SUNNYVALE, Calif. - Fortinet (NASDAQ:FTNT), a global leader in broad, integrated, and automated cybersecurity solutions, today announced its definitive agreement to acquire Lacework, a data-driven security company specializing in AI-powered cloud security. The acquisition aims to enhance Fortinet's Security Fabric and propel its Unified SASE (Secure Access Service Edge) expansion.
Lacework is known for its AI-powered cloud security platform that provides comprehensive security from code to cloud, integrating critical CNAPP (Cloud-Native Application Protection Platform) services. Trusted by nearly 1,000 customers, Lacework's technology suite includes patented AI and machine learning, agent and agentless data collection architectures, a proprietary data lake, and robust code security offerings.
Fortinet, with more patents than its three closest competitors combined and over 100 mentions in industry analyst reports, including eight Gartner (NYSE:IT) Magic Quadrant recognitions, plans to integrate Lacework’s CNAPP solution into its Unified SASE offering. This integration is expected to form one of the most comprehensive, full-stack AI-driven cloud security platforms available from a single vendor, addressing the complexities of cloud-native infrastructure security.
Ken Xie, Founder, Chairman of the Board, and CEO at Fortinet, emphasized the shared commitment to innovation and integration between the two companies. He stated that this acquisition underscores Fortinet's dedication to providing consistent security across various environments. Jay Parikh, CEO at Lacework, also highlighted the potential for deeper customer engagement through the integration with Fortinet’s platform.

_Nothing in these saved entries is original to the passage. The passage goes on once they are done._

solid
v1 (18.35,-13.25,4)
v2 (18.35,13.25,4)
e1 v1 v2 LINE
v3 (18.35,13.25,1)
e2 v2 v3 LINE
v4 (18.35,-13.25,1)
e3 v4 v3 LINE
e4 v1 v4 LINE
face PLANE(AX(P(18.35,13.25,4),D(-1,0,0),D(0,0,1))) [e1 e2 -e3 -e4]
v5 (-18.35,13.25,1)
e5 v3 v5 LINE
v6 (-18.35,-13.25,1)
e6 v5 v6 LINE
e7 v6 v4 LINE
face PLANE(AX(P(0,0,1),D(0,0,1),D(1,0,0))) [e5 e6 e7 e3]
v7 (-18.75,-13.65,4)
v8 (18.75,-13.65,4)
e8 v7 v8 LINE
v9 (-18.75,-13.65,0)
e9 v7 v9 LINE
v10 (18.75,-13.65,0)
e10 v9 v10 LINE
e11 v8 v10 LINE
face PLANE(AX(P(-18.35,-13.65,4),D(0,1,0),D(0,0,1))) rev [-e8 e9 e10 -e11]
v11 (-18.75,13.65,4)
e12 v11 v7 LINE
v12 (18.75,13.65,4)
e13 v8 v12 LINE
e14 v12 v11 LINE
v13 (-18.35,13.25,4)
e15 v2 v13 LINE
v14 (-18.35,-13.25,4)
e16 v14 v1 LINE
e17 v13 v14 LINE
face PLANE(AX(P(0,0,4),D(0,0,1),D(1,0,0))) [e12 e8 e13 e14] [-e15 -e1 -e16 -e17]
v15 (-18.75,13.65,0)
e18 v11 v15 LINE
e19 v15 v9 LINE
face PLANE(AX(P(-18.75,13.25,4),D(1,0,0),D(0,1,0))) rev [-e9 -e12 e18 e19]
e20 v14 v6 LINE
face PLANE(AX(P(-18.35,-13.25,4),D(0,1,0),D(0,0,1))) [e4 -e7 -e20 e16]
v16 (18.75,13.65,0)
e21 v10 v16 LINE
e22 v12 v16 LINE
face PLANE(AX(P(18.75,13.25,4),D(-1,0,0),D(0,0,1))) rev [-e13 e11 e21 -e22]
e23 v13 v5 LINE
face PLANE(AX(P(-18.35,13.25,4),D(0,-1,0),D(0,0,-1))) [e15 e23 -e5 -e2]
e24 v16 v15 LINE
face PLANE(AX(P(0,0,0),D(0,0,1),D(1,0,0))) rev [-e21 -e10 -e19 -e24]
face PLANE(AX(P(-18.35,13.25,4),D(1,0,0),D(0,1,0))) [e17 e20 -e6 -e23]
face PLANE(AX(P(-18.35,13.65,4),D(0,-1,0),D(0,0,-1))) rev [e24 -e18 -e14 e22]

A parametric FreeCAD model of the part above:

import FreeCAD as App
import Part
import Sketcher

V = App.Vector

doc = App.newDocument("Part")
body = doc.addObject("PartDesign::Body", "Body")

sketch1 = doc.addObject("Sketcher::SketchObject", "Sketch")
body.addObject(sketch1)
sketch1.AttachmentSupport = (doc.XY_Plane, [""])
sketch1.MapMode = "FlatFace"
sketch1.addGeometry(Part.LineSegment(V(-18.35, 13.25, 0), V(-18.35, -13.25, 0)), False)
sketch1.addGeometry(Part.LineSegment(V(-18.35, -13.25, 0), V(18.35, -13.25, 0)), False)
sketch1.addGeometry(Part.LineSegment(V(18.35, -13.25, 0), V(18.35, 13.25, 0)), False)
sketch1.addGeometry(Part.LineSegment(V(18.35, 13.25, 0), V(-18.35, 13.25, 0)), False)
sketch1.addConstraint(Sketcher.Constraint("Coincident", 0, 2, 1, 1))
sketch1.addConstraint(Sketcher.Constraint("Coincident", 1, 2, 2, 1))
sketch1.addConstraint(Sketcher.Constraint("Coincident", 2, 2, 3, 1))
sketch1.addConstraint(Sketcher.Constraint("Coincident", 3, 2, 0, 1))
sketch1.addConstraint(Sketcher.Constraint("Vertical", 0))
sketch1.addConstraint(Sketcher.Constraint("Horizontal", 1))
sketch1.addConstraint(Sketcher.Constraint("Vertical", 2))
sketch1.addConstraint(Sketcher.Constraint("Horizontal", 3))
sketch1.addConstraint(Sketcher.Constraint("Symmetric", 0, 2, 2, 2, -1, 1))
sketch1.addConstraint(Sketcher.Constraint("DistanceX", 1, 1, 1, 2, 36.7))
sketch1.addConstraint(Sketcher.Constraint("DistanceY", 0, 2, 0, 1, 26.5))
pad1 = doc.addObject("PartDesign::Pad", "Pad")
body.addObject(pad1)
pad1.Profile = sketch1
pad1.Length = 1

sketch2 = doc.addObject("Sketcher::SketchObject", "Sketch001")
body.addObject(sketch2)
sketch2.AttachmentSupport = (doc.XY_Plane, [""])
sketch2.MapMode = "FlatFace"
sketch2.addGeometry(Part.LineSegment(V(-18.75, 13.65, 0), V(-18.75, -13.65, 0)), False)
sketch2.addGeometry(Part.LineSegment(V(-18.75, -13.65, 0), V(18.75, -13.65, 0)), False)
sketch2.addGeometry(Part.LineSegment(V(18.75, -13.65, 0), V(18.75, 13.65, 0)), False)
sketch2.addGeometry(Part.LineSegment(V(18.75, 13.65, 0), V(-18.75, 13.65, 0)), False)
sketch2.addGeometry(Part.LineSegment(V(18.35, -13.25, 0), V(-18.35, -13.25, 0)), False)
sketch2.addGeometry(Part.LineSegment(V(-18.35, -13.25, 0), V(-18.35, 13.25, 0)), False)
sketch2.addGeometry(Part.LineSegment(V(-18.35, 13.25, 0), V(18.35, 13.25, 0)), False)
sketch2.addGeometry(Part.LineSegment(V(18.35, 13.25, 0), V(18.35, -13.25, 0)), False)
sketch2.addConstraint(Sketcher.Constraint("Coincident", 0, 2, 1, 1))
sketch2.addConstraint(Sketcher.Constraint("Coincident", 1, 2, 2, 1))
sketch2.addConstraint(Sketcher.Constraint("Coincident", 2, 2, 3, 1))
sketch2.addConstraint(Sketcher.Constraint("Coincident", 3, 2, 0, 1))
sketch2.addConstraint(Sketcher.Constraint("Coincident", 4, 2, 5, 1))
sketch2.addConstraint(Sketcher.Constraint("Coincident", 5, 2, 6, 1))
sketch2.addConstraint(Sketcher.Constraint("Coincident", 6, 2, 7, 1))
sketch2.addConstraint(Sketcher.Constraint("Coincident", 7, 2, 4, 1))
sketch2.addConstraint(Sketcher.Constraint("Vertical", 0))
sketch2.addConstraint(Sketcher.Constraint("Horizontal", 1))
sketch2.addConstraint(Sketcher.Constraint("Vertical", 2))
sketch2.addConstraint(Sketcher.Constraint("Horizontal", 3))
sketch2.addConstraint(Sketcher.Constraint("Horizontal", 4))
sketch2.addConstraint(Sketcher.Constraint("Vertical", 5))
sketch2.addConstraint(Sketcher.Constraint("Horizontal", 6))
sketch2.addConstraint(Sketcher.Constraint("Vertical", 7))
sketch2.addConstraint(Sketcher.Constraint("Symmetric", 0, 2, 2, 2, -1, 1))
sketch2.addConstraint(Sketcher.Constraint("Symmetric", 4, 2, 6, 2, -1, 1))
sketch2.addConstraint(Sketcher.Constraint("DistanceX", 1, 1, 1, 2, 37.5))
sketch2.addConstraint(Sketcher.Constraint("DistanceX", 4, 2, 4, 1, 36.7))
sketch2.addConstraint(Sketcher.Constraint("DistanceY", 0, 2, 0, 1, 27.3))
sketch2.addConstraint(Sketcher.Constraint("DistanceY", 5, 1, 5, 2, 26.5))
pad2 = doc.addObject("PartDesign::Pad", "Pad001")
body.addObject(pad2)
pad2.Profile = sketch2
pad2.Length = 4

doc.recompute()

The financial details of the transaction, expected to close in the second half of 2024, have not been disclosed. The acquisition is subject to regulatory approvals and customary closing conditions. Fortinet has committed to a seamless transition for Lacework customers and partners. Lacework customers are anticipated to benefit from Fortinet's global reach, resources, and threat intelligence while continuing to utilize their existing security infrastructure investments.
Goldman Sachs (NYSE:GS) & Co. LLC served as the exclusive financial advisor to Lacework, with Cooley LLP providing legal counsel. Fenwick & West LLP acted as legal counsel to Fortinet. This strategic move aligns with Fortinet’s growth strategy in the Unified SASE market and reaffirms its commitment to innovation and integration in cybersecurity solutions.
The information is based on a press release statement.
In other recent news, Fortinet's shares have seen a series of price target adjustments from various analyst firms following mixed first-quarter financial results. The cybersecurity company's strong revenue and margins were offset by a modest shortfall in billings and a lower billings forecast for the second quarter.
Analyst firms Piper Sandler, BMO Capital Markets, Truist Securities, Mizuho Securities, and UBS all lowered their price targets for Fortinet, though they maintained neutral to positive ratings on the stock.
Despite these adjustments, Fortinet's Secure Access Service Edge (SASE) offering is gaining traction, as evidenced by a notable increase in its mix to 24% and a year-over-year pipeline growth of 45%. This growth includes a significant 150% surge in the Secure Service Edge (SSE (LON:SSE)) pipeline. The company's strategic emphasis on expanding beyond secure networking is reflected in these figures.
However, Fortinet's billings performance has been underwhelming due to a weaker market in Europe and challenging year-over-year comparisons. The company's product revenue has faced hurdles as the firewall market begins to stabilize. Despite these challenges, Fortinet management has reiterated the full-year billings guidance, highlighting the importance of a potential recovery in billings during the second half of the year.
InvestingPro Insights
In light of Fortinet's recent announcement to acquire Lacework, investors and industry observers are closely monitoring Fortinet's financial health and market position. According to InvestingPro, Fortinet displays robust financial metrics that could support its strategic growth initiatives. The company's market capitalization stands at a solid 45.62 billion USD, reflecting investor confidence and the company's scale in the cybersecurity space.
One of the key InvestingPro Tips for Fortinet is its impressive gross profit margin, which has reached 77.13% over the last twelve months as of Q1 2024. This margin indicates a strong ability to control costs and deliver services efficiently, which is crucial as the company aims to integrate Lacework's technology into its offerings. Additionally, Fortinet's management has been actively buying back shares, signaling confidence in the company's future and a commitment to delivering shareholder value.
Fortinet's P/E ratio, a measure of its earnings relative to its share price, is currently at 38.5, suggesting that investors are willing to pay a premium for its earnings potential. Moreover, the company has been profitable over the last twelve months, which aligns with analysts' predictions that Fortinet will remain profitable this year. This profitability, combined with the fact that Fortinet holds more cash than debt on its balance sheet, positions the company on a stable financial footing as it moves forward with the Lacework acquisition.